To reconstruct the signal, you first need to throw away anything in the image that doesn’t correspond to the waveform (i.e. crop away everything except for the signal). Next you need to reduce the image to a contrast between a signal and background (i.e. threshold the image). Once this has been done, you can scan along each vertical line (corresponding to a temporal sample) to find the upper and lower bounds of the pixels that belong to the signal. These time series for the upper and lower bounds can then be interleaved (i.e. every other sample comes from the upper or lower series) to form a signal with twice the number of samples as the original image. This interleaving procedure introduces a high-frequency ringing into the reconstruction, so the signal needs to be smoothed a bit to remove high-frequency artifacts (this was done using a simple moving average). Finally, the signal needs to be up-sampled in order to produce a signal with a reasonable duration (this was accomplished through linear interpolation).

Note: I’m not entirely sure why they chose to interleave the upper and lower bound signals, since this ends up forcing you to take a moving average of the signal. Once you do the moving average, you’re basically just taking the average of the upper and lower bound series. So, instead of interleaving, you could probably just take the average of the two bounds in each sample. If you did it this way, you might not have to smooth the signal to remove the ringing artifacts - but it may still be necessary!

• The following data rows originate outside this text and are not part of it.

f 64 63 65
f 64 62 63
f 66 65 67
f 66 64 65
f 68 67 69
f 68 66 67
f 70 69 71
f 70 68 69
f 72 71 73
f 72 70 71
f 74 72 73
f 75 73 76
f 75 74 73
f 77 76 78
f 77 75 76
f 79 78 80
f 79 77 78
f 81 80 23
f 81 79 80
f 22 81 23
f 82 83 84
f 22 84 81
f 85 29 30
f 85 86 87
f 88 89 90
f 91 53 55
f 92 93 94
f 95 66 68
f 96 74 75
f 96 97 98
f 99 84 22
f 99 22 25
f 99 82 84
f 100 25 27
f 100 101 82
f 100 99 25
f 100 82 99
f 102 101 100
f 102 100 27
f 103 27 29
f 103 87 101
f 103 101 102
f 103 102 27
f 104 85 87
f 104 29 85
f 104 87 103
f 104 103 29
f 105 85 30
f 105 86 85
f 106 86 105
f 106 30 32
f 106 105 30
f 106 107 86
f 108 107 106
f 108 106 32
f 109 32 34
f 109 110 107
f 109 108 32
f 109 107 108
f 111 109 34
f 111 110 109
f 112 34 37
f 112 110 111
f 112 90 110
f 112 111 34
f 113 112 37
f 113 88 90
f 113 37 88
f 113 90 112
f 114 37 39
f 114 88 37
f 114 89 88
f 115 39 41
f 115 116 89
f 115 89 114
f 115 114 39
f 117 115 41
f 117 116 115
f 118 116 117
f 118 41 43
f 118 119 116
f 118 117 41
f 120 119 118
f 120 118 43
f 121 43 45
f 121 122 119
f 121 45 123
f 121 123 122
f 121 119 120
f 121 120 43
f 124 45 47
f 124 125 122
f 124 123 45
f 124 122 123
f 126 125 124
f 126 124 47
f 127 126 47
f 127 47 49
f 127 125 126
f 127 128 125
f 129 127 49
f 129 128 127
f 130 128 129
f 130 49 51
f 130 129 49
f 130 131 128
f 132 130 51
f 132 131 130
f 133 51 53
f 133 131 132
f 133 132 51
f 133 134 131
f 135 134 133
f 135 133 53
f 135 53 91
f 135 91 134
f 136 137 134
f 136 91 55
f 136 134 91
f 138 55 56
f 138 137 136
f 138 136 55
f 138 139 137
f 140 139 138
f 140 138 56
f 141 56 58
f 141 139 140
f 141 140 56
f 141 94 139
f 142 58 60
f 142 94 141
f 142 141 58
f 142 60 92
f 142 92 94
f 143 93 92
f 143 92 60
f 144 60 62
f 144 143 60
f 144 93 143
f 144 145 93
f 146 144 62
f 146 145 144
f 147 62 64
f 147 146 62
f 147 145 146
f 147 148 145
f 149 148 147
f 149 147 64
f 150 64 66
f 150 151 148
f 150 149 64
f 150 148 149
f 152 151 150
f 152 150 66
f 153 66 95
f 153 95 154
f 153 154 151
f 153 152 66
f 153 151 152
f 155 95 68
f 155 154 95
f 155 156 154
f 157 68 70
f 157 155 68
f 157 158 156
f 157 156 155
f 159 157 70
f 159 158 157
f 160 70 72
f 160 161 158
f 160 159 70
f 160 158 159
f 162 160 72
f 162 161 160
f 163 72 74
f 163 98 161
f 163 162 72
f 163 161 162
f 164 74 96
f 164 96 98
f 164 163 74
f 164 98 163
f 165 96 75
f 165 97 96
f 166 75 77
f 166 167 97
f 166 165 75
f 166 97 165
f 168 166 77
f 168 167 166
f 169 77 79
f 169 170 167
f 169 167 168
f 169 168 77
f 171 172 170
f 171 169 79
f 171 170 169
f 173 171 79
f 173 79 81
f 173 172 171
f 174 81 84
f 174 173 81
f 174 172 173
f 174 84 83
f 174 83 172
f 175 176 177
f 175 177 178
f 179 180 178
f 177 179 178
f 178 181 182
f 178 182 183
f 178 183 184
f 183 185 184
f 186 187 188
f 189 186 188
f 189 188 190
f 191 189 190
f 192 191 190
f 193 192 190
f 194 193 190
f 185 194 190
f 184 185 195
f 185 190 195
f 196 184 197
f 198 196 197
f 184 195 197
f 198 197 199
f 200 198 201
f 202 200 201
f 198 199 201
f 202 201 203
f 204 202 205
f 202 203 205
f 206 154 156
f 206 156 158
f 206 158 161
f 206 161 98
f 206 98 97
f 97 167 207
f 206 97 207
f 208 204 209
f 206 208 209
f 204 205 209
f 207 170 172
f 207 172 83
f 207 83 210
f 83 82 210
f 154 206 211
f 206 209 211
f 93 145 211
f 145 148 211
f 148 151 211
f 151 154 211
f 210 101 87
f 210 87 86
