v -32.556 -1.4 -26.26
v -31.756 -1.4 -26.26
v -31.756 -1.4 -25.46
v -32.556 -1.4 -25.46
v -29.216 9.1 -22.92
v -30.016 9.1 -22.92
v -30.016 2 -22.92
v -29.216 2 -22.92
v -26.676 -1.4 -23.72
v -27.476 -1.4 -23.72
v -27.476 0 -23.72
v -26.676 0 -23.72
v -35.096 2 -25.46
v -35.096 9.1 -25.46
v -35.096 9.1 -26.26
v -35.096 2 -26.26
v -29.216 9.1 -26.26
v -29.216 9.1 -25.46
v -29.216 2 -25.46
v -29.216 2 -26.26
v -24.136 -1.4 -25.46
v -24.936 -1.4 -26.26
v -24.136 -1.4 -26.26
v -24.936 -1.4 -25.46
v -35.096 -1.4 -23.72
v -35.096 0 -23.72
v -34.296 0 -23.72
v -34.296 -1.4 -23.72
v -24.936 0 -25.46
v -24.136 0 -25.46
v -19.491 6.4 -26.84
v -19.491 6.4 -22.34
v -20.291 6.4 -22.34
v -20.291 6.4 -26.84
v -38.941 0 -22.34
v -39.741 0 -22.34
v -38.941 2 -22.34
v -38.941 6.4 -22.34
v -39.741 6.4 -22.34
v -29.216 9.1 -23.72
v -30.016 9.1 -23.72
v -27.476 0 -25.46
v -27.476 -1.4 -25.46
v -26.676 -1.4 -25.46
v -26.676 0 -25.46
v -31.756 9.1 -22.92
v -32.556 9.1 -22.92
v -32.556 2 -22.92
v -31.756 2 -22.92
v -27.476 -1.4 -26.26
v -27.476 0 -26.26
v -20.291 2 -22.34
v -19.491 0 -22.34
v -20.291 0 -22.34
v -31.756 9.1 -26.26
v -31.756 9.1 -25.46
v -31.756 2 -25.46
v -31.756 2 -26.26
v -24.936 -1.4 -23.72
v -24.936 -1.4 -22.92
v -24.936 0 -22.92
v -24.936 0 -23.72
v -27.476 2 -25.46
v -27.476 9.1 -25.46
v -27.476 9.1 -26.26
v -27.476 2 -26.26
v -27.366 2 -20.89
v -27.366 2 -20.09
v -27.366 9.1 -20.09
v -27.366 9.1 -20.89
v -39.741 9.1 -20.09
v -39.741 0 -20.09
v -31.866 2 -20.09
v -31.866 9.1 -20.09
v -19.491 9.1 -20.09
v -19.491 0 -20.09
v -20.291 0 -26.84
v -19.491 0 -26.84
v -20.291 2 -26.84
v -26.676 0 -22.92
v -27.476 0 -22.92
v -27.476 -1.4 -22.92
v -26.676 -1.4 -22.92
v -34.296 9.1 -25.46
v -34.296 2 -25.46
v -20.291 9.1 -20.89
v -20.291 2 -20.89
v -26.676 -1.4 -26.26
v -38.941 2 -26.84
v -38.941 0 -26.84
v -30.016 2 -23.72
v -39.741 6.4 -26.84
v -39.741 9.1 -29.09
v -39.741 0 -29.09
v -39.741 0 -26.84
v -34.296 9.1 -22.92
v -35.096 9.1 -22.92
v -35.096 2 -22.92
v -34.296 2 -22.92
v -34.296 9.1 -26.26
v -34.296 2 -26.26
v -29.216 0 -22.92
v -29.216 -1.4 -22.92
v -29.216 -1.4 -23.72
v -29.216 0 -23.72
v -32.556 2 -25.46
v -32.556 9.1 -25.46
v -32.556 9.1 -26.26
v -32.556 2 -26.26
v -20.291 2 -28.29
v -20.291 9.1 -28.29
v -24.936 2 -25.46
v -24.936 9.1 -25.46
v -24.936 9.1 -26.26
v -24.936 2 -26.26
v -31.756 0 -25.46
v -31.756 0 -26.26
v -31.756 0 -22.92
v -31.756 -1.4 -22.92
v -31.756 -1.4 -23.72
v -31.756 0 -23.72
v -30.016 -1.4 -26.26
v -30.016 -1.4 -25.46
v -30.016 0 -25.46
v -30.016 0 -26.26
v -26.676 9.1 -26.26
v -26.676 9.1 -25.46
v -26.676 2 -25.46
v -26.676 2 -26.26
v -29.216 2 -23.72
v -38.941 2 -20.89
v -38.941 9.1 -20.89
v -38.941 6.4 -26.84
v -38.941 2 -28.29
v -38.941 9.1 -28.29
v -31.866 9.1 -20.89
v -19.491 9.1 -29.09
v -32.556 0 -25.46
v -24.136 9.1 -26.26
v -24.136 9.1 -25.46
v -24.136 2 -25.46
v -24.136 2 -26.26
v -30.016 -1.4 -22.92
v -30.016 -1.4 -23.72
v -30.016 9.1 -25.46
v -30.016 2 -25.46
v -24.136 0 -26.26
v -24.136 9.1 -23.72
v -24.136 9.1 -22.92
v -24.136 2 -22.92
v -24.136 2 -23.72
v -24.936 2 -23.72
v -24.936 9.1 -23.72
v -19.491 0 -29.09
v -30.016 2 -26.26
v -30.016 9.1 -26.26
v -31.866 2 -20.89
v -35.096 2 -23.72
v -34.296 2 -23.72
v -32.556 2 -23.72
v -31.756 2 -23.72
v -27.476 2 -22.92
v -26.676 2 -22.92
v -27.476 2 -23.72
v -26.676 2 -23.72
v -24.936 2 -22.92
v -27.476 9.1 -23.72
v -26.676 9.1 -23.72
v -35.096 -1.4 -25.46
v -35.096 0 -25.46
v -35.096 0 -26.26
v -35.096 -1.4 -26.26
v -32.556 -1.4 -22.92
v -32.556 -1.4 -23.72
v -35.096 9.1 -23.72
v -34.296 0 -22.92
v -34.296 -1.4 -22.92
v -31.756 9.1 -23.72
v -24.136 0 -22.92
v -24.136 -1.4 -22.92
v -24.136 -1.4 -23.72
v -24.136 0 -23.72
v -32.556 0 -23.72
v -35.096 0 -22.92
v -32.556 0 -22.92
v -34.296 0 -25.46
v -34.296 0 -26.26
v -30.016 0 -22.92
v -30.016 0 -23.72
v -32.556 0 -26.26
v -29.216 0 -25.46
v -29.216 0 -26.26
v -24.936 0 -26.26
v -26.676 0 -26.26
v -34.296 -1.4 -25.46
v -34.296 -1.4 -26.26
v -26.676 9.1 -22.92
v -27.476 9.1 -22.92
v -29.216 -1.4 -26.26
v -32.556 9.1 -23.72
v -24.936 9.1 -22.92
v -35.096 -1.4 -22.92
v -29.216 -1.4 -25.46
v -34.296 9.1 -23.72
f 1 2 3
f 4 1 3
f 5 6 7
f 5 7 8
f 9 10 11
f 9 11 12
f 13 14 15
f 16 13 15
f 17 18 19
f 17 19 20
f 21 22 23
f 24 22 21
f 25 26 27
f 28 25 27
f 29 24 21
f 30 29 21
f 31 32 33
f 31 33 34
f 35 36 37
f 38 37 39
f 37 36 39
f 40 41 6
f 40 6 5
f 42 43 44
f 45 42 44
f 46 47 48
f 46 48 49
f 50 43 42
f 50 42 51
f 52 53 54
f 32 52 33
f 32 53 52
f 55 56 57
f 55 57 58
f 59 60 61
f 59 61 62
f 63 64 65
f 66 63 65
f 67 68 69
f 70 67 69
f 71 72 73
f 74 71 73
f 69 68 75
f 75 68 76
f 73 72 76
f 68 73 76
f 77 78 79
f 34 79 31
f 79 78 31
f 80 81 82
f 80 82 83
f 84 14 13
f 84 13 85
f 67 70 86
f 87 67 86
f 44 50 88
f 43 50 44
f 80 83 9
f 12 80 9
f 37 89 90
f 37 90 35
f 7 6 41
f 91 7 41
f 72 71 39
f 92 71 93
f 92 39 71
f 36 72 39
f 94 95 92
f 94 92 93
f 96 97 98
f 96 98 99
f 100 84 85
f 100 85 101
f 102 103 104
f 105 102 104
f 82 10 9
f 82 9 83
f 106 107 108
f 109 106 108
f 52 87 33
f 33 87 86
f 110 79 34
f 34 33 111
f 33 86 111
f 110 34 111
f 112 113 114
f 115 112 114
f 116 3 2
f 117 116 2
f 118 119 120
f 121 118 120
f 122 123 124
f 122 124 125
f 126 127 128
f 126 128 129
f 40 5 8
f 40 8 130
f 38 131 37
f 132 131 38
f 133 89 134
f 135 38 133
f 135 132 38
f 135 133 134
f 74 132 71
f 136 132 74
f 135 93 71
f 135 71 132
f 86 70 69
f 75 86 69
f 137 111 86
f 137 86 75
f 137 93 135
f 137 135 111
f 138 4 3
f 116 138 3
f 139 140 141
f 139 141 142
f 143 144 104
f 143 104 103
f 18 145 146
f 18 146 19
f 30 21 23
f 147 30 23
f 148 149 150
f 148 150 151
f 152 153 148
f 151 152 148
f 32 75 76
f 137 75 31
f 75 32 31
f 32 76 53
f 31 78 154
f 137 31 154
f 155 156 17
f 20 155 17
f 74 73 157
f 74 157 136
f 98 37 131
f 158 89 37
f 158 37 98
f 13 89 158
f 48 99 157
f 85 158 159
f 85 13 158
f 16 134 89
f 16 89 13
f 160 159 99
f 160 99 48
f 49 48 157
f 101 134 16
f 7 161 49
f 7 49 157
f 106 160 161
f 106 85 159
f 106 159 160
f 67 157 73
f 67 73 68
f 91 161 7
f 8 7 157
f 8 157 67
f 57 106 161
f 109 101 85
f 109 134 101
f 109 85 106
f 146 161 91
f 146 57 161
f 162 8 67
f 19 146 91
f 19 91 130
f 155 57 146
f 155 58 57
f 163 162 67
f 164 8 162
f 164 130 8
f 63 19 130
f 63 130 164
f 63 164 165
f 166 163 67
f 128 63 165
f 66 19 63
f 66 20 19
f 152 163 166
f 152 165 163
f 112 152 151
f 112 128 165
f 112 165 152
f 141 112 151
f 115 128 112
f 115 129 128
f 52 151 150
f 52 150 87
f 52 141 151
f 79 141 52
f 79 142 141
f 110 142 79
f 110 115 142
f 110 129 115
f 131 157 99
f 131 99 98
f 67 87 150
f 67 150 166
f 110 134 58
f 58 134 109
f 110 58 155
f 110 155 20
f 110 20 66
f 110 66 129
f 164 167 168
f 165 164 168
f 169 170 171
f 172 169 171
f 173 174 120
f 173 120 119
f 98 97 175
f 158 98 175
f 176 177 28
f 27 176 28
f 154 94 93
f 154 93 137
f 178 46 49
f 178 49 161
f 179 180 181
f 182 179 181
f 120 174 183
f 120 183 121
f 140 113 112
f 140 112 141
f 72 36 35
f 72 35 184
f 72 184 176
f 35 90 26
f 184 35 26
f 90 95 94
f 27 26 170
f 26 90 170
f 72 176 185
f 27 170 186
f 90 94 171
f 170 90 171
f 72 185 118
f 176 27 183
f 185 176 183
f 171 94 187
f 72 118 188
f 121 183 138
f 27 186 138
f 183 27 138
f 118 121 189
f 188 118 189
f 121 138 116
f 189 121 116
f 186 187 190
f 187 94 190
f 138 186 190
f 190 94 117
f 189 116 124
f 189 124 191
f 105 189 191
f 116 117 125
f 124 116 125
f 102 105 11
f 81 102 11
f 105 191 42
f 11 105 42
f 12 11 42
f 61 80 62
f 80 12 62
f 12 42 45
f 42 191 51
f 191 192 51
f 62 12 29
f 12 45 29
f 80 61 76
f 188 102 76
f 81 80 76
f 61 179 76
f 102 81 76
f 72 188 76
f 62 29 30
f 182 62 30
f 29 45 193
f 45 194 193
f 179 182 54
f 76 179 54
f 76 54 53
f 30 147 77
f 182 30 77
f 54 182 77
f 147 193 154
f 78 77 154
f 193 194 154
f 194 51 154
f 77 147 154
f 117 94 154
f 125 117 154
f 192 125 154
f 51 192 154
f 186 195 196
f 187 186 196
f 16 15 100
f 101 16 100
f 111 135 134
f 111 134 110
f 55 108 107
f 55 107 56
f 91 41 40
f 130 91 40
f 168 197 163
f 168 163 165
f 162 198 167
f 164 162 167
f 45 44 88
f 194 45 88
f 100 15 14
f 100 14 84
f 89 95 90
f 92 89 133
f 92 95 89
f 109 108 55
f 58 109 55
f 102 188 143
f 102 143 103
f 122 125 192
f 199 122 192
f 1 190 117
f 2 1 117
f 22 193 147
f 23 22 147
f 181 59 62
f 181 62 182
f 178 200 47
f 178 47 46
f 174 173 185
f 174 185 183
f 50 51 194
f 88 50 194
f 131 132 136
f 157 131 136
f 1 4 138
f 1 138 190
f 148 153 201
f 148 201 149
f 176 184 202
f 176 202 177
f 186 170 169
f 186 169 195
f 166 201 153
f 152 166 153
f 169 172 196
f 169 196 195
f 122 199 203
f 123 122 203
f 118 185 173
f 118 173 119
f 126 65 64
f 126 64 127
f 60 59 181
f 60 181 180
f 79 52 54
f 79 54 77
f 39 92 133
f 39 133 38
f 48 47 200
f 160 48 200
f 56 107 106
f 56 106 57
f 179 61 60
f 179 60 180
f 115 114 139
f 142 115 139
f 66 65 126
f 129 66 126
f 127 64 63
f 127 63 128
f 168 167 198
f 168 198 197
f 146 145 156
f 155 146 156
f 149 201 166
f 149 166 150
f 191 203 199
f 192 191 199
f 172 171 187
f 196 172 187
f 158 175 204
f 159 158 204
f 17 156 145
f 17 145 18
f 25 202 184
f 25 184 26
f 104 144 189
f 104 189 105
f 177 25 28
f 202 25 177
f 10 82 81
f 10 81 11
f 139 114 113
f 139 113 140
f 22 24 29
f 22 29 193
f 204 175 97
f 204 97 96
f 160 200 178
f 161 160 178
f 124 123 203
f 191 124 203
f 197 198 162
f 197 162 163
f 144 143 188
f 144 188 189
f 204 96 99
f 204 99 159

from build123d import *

# Parameters (mm, degrees)
SKETCH1_W           = 20.25
SKETCH1_H           = 9
BOSS_EXTRUDE1_DEPTH = 9.1
SKETCH2_W           = 18.65
SKETCH2_H           = 7.4
CUT_EXTRUDE1_DEPTH  = 7.1
SKETCH2_3_W         = 0.8
SKETCH2_3_H         = 0.8
BOSS_EXTRUDE2_DEPTH = 12.5
SKETCH3_W           = 4.5
SKETCH3_H           = 7.1
CUT_EXTRUDE2_DEPTH  = 2.1
SKETCH5_W           = 4.5
SKETCH5_H           = 6.4
CUT_EXTRUDE3_DEPTH  = 0.8
SKETCH6_W           = 4.5
SKETCH6_H           = 6.4
CUT_EXTRUDE4_DEPTH  = 0.8
SKETCH8_W           = 3.34
SKETCH8_H           = 2
CUT_EXTRUDE5_DEPTH  = 35.242661924


with BuildPart() as part:
    # Sketch1 → Boss-Extrude1 (new body)
    with BuildSketch(Plane(origin=(0, 0, 0), x_dir=(1, 0, 0), z_dir=(0, 1, 0))):
        with Locations((-29.615572658, 24.590099186)):
            Rectangle(SKETCH1_W, SKETCH1_H)
    extrude(amount=BOSS_EXTRUDE1_DEPTH)

    # Sketch2 → Cut-Extrude1 (cut)
    with BuildSketch(Plane(origin=(0, 9.1, 0), x_dir=(1, 0, 0), z_dir=(0, 1, 0))):
        with Locations((-29.615572658, 24.590099186)):
            Rectangle(SKETCH2_W, SKETCH2_H)
    extrude(amount=-CUT_EXTRUDE1_DEPTH, mode=Mode.SUBTRACT)

    # Sketch2<3> → Boss-Extrude2 (add)
    with BuildSketch(Plane(origin=(0, 9.1, 0), x_dir=(1, 0, 0), z_dir=(0, 1, 0))):
        with Locations((-32.155572658, 23.320099186)):
            Rectangle(SKETCH2_3_W, SKETCH2_3_H)
        with Locations((-29.615572658, 23.320099186)):
            Rectangle(SKETCH2_3_W, SKETCH2_3_H)
        with Locations((-27.075572658, 23.320099186)):
            Rectangle(SKETCH2_3_W, SKETCH2_3_H)
        with Locations((-24.535572658, 23.320099186)):
            Rectangle(SKETCH2_3_W, SKETCH2_3_H)
        with Locations((-29.615572658, 25.860099186)):
            Rectangle(SKETCH2_3_W, SKETCH2_3_H)
        with Locations((-27.075572658, 25.860099186)):
            Rectangle(SKETCH2_3_W, SKETCH2_3_H)
        with Locations((-24.535572658, 25.860099186)):
            Rectangle(SKETCH2_3_W, SKETCH2_3_H)
        with Locations((-32.155572658, 25.860099186)):
            Rectangle(SKETCH2_3_W, SKETCH2_3_H)
        with Locations((-34.695572658, 23.320099186)):
            Rectangle(SKETCH2_3_W, SKETCH2_3_H)
        with Locations((-34.695572658, 25.860099186)):
            Rectangle(SKETCH2_3_W, SKETCH2_3_H)
    extrude(amount=-BOSS_EXTRUDE2_DEPTH)

    # Sketch3 → Cut-Extrude2 (cut)
    with BuildSketch(Plane.XY.offset(-20.090099186)):
        with Locations((-29.615572658, 5.55)):
            Rectangle(SKETCH3_W, SKETCH3_H)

Sanity Checking With the Computerphile Audio

To begin with, let’s have a look at the original image used in the Computerphile video:

As you can see, this image is pretty high quality, and doesn’t seem to be “missing” too much of the original signal.

After manually cropping the image in Numpy, I recovered the following signal envelope:

Applying the procedure described above resulted in the following audio:

Although the audio speaks for itself (literally!), and demonstrates a reasonable recovery of the original signal, I also threw the .wav file into Audacity to have a look at the signal I recovered. Here’s what the recovered waveform looks like in Audacity:

At this point, we’ve gone full circle… we’ve taken a waveform image, turned it back into audio, and then generated a new wave form image from the reconstruction. What if we kept on going with this process? I guess we could repeat this process indefinitely in order to produce progressively worse audio… I just didn’t have the motivation to do that today. 🙂

Reconstructing the Wine Scream

Before feeding the wine image into my recovery program, I did a bit of pre-processing in GIMP. In particular, I rotated the image, tried to undo a bit of distortion from the shot’s closeness / angle (although I didn’t attempt to remove the wine bottle’s curvature), converted the image to black-and-white, and cropped some extraneous junk from the image. After that, I was left with the following result:

Feeding this image into my program resulted in the following signal envelope:

From here, I had to play a bit with the stretching factor to pick an appropriate signal duration, but after that was done I obtained the following audio:

As I’ve said above, the result is not great. However, the following screen capture from Audacity shows that the recovered waveform mostly looks like the image that I started with:

The main reason that this audio is so much worse than the Computerphile audio, is probably a result of the way that the two images were created. The Computerphile image was created in high-resolution from a computer screen capture of a similar program to Audacity. As a result, this image has most of the acoustic signal present in it with only a bit of loss due to digitization. On the other hand, the scream signal was inked onto a wine bottle label. The result of that process is a very lossy encoding that almost certainly removed the bulk of the signal’s high-frequency content. This is especially problematic for a signal like a scream, since it should almost certainly have non-trivial components in the higher pitch ranges! In addition, the wine bottle had a substantial curvature that I didn’t bother to adjust for, which further distorted the reconstructed signal.

Even though the results were kind of disappointing (although I should have expected as much), I’m happy to at least have a vague idea of what the wine bottle’s scream might have sounded like.